TASK STATEMENT:
Retype, word for word, every line from the one holding "f 128 122 160" through the one holding "f 157 156 1" in the entries below, both included, and only those lines.

AVAILABLE DATA:

====

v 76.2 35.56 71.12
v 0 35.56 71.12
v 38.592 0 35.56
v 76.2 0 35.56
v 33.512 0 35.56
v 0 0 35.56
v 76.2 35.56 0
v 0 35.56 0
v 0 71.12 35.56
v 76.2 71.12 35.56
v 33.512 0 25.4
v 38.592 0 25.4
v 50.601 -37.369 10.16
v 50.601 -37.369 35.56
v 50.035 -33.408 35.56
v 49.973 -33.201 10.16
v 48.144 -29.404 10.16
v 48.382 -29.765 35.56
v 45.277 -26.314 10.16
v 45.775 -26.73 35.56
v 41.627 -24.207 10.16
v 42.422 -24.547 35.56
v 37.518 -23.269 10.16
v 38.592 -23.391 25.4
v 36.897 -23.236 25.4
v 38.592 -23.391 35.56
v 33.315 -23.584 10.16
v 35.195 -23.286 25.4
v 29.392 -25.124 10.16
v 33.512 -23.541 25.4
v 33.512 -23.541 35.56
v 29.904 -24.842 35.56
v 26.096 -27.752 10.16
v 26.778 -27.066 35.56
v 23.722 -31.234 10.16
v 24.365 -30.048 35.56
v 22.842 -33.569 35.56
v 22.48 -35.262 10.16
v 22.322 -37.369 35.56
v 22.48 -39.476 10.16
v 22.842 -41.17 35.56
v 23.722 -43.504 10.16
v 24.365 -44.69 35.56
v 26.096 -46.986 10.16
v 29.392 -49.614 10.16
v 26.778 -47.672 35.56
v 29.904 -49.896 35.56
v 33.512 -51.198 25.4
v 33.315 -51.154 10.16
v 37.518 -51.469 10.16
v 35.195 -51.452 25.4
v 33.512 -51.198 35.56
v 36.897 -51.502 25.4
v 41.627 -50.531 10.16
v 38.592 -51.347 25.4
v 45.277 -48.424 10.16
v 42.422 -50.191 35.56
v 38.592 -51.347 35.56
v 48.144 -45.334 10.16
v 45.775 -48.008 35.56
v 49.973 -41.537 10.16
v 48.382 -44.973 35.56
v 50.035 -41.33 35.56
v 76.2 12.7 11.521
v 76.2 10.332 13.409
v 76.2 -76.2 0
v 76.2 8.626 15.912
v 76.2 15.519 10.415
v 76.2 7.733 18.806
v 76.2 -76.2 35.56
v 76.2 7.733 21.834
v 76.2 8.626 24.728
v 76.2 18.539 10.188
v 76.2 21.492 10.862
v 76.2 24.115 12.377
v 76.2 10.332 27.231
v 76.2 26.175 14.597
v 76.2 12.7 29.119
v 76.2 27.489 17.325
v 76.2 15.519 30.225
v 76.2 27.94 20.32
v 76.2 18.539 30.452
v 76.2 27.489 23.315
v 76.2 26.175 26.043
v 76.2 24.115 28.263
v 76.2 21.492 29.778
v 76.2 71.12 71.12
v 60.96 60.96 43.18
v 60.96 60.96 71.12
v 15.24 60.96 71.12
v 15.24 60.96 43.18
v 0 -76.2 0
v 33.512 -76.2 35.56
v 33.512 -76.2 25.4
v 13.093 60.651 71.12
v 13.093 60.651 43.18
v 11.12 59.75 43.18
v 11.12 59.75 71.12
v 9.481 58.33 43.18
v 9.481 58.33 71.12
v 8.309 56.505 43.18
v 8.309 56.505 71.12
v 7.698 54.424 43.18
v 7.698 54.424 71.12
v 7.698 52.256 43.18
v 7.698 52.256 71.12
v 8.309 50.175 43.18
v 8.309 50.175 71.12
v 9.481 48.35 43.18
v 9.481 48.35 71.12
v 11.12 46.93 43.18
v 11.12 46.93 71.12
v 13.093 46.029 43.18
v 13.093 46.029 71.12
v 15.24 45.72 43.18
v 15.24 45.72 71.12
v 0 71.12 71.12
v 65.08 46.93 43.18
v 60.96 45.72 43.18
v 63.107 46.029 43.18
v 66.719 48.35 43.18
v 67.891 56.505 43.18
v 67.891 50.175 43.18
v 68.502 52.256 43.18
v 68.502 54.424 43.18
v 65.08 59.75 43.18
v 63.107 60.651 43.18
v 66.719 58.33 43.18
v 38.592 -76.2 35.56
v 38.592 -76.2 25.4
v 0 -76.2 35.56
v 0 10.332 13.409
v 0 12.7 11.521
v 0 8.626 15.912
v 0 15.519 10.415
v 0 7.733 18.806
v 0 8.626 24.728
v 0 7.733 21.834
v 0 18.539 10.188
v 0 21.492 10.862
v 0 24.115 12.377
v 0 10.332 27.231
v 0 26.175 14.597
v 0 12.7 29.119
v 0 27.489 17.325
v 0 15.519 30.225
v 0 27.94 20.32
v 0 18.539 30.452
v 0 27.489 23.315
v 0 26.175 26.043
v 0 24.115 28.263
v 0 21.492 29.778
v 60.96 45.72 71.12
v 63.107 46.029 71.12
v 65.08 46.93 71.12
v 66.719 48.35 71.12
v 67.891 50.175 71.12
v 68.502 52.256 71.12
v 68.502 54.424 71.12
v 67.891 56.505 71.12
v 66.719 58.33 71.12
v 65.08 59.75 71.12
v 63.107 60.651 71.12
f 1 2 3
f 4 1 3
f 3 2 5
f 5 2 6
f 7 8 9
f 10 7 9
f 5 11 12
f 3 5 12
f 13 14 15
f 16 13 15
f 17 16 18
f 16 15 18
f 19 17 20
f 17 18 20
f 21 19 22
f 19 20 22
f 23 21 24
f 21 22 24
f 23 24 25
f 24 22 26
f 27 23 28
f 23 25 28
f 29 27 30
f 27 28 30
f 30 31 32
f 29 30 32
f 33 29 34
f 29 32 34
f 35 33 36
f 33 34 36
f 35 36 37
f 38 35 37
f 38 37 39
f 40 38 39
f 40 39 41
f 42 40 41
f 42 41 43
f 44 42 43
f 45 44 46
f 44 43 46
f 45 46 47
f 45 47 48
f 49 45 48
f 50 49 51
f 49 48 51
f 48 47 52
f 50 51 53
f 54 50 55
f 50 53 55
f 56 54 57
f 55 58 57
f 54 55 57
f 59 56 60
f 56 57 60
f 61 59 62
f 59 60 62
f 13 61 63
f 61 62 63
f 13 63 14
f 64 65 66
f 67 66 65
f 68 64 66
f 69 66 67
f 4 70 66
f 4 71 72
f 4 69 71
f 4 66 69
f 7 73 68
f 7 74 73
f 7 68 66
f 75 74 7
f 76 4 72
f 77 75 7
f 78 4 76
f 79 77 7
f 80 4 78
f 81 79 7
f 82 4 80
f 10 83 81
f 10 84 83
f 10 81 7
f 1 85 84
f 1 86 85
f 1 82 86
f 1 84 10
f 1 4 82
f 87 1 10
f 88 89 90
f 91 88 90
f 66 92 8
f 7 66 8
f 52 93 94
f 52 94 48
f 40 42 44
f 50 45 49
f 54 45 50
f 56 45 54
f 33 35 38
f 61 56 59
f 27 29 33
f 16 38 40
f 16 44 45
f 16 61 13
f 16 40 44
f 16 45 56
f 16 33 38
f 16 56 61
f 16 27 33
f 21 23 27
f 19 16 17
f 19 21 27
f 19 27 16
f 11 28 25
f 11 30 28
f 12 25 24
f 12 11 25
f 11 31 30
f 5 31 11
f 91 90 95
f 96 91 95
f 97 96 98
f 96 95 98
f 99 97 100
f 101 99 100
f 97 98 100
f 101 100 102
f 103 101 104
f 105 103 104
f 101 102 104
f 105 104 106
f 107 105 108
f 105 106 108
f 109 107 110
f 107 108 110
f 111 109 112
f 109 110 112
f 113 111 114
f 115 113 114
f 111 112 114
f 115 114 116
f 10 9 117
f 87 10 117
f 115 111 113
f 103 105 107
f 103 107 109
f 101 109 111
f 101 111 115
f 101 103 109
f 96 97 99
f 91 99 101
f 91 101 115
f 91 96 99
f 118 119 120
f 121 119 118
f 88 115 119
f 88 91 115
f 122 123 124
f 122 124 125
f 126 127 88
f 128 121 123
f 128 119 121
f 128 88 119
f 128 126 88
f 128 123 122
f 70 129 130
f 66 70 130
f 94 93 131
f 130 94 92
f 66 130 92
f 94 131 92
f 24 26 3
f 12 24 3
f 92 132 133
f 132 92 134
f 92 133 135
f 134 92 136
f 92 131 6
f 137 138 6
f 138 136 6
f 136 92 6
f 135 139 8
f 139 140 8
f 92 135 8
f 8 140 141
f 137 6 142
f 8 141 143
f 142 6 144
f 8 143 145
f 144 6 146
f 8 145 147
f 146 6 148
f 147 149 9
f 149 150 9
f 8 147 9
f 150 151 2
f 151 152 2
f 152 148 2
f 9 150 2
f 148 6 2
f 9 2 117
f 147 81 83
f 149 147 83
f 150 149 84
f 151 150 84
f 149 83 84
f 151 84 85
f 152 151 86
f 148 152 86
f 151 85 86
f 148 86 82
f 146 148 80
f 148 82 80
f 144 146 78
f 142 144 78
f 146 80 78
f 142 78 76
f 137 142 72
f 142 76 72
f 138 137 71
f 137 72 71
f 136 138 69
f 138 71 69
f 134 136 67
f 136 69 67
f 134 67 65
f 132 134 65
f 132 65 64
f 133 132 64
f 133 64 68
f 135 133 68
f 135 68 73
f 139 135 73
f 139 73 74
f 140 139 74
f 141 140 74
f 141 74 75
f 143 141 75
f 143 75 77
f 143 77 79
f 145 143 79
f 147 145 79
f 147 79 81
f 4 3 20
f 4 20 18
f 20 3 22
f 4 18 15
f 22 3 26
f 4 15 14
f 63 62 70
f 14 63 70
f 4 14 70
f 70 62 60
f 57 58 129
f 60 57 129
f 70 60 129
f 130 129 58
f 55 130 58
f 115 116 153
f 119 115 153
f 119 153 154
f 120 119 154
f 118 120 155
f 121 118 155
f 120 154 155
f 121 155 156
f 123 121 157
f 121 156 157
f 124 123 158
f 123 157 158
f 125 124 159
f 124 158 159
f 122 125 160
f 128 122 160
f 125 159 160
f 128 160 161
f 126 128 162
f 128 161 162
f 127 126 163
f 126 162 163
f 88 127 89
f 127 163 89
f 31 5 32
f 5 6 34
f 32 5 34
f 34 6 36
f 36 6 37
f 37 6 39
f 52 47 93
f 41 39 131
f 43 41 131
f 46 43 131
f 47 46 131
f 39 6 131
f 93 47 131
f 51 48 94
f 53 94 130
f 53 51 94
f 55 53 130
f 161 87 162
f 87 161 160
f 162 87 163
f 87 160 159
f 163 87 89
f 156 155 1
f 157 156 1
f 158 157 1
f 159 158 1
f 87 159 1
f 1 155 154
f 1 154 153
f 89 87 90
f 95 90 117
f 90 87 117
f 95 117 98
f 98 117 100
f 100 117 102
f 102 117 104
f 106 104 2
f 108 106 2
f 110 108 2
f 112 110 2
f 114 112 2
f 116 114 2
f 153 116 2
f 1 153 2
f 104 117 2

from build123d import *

# Parameters (mm, degrees)
F1_DEPTH = 76.2
F3_DEPTH = 27.94
F4_R     = 10.16
F5_DEPTH = 76.201
F6_W     = 5.08
F6_H     = 76.2
F7_DEPTH = 10.16
F8_R     = 14.139528
F9_DEPTH = 25.4


with BuildPart() as f1:
    # F0 (on Right) → F1 (new body)
    with BuildSketch(Plane.YZ):
        Polygon((-76.2, 35.56), (-76.2, 0), (35.56, 0), (71.12, 35.56), (71.12, 71.12), (35.56, 71.12), (0, 35.56), align=None)
    extrude(amount=F1_DEPTH)

    # F2 (on face) → F3 (cut)
    with BuildSketch(Plane.XY.offset(71.12)):
        with BuildLine():
            Line((60.96, 60.96), (15.24, 60.96))
            ThreePointArc((15.24, 60.96), (7.62, 53.34), (15.24, 45.72))
            Line((15.24, 45.72), (60.96, 45.72))
            ThreePointArc((60.96, 45.72), (68.58, 53.34), (60.96, 60.96))
        make_face()
    extrude(amount=-F3_DEPTH, mode=Mode.SUBTRACT)

    # F4 (on face) → F5 (cut, through all)
    with BuildSketch(Plane.YZ.offset(76.2)):
        with Locations((17.78, 20.32)):
            Circle(F4_R)
    extrude(amount=-F5_DEPTH, mode=Mode.SUBTRACT)

    # F6 (on face) → F7 (cut)
    with BuildSketch(Plane.XY.offset(35.56)):
        with Locations((36.052045, -38.1)):
            Rectangle(F6_W, F6_H)
    extrude(amount=-F7_DEPTH, mode=Mode.SUBTRACT)

    # F8 (on face) → F9 (cut)
    with BuildSketch(Plane.XY.offset(35.56)):
        with Locations((36.461484, -37.369102)):
            Circle(F8_R)
    extrude(amount=-F9_DEPTH, mode=Mode.SUBTRACT)


solid = f1.part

====

ANSWER BOX:
f 128 122 160
f 125 159 160
f 128 160 161
f 126 128 162
f 128 161 162
f 127 126 163
f 126 162 163
f 88 127 89
f 127 163 89
f 31 5 32
f 5 6 34
f 32 5 34
f 34 6 36
f 36 6 37
f 37 6 39
f 52 47 93
f 41 39 131
f 43 41 131
f 46 43 131
f 47 46 131
f 39 6 131
f 93 47 131
f 51 48 94
f 53 94 130
f 53 51 94
f 55 53 130
f 161 87 162
f 87 161 160
f 162 87 163
f 87 160 159
f 163 87 89
f 156 155 1
f 157 156 1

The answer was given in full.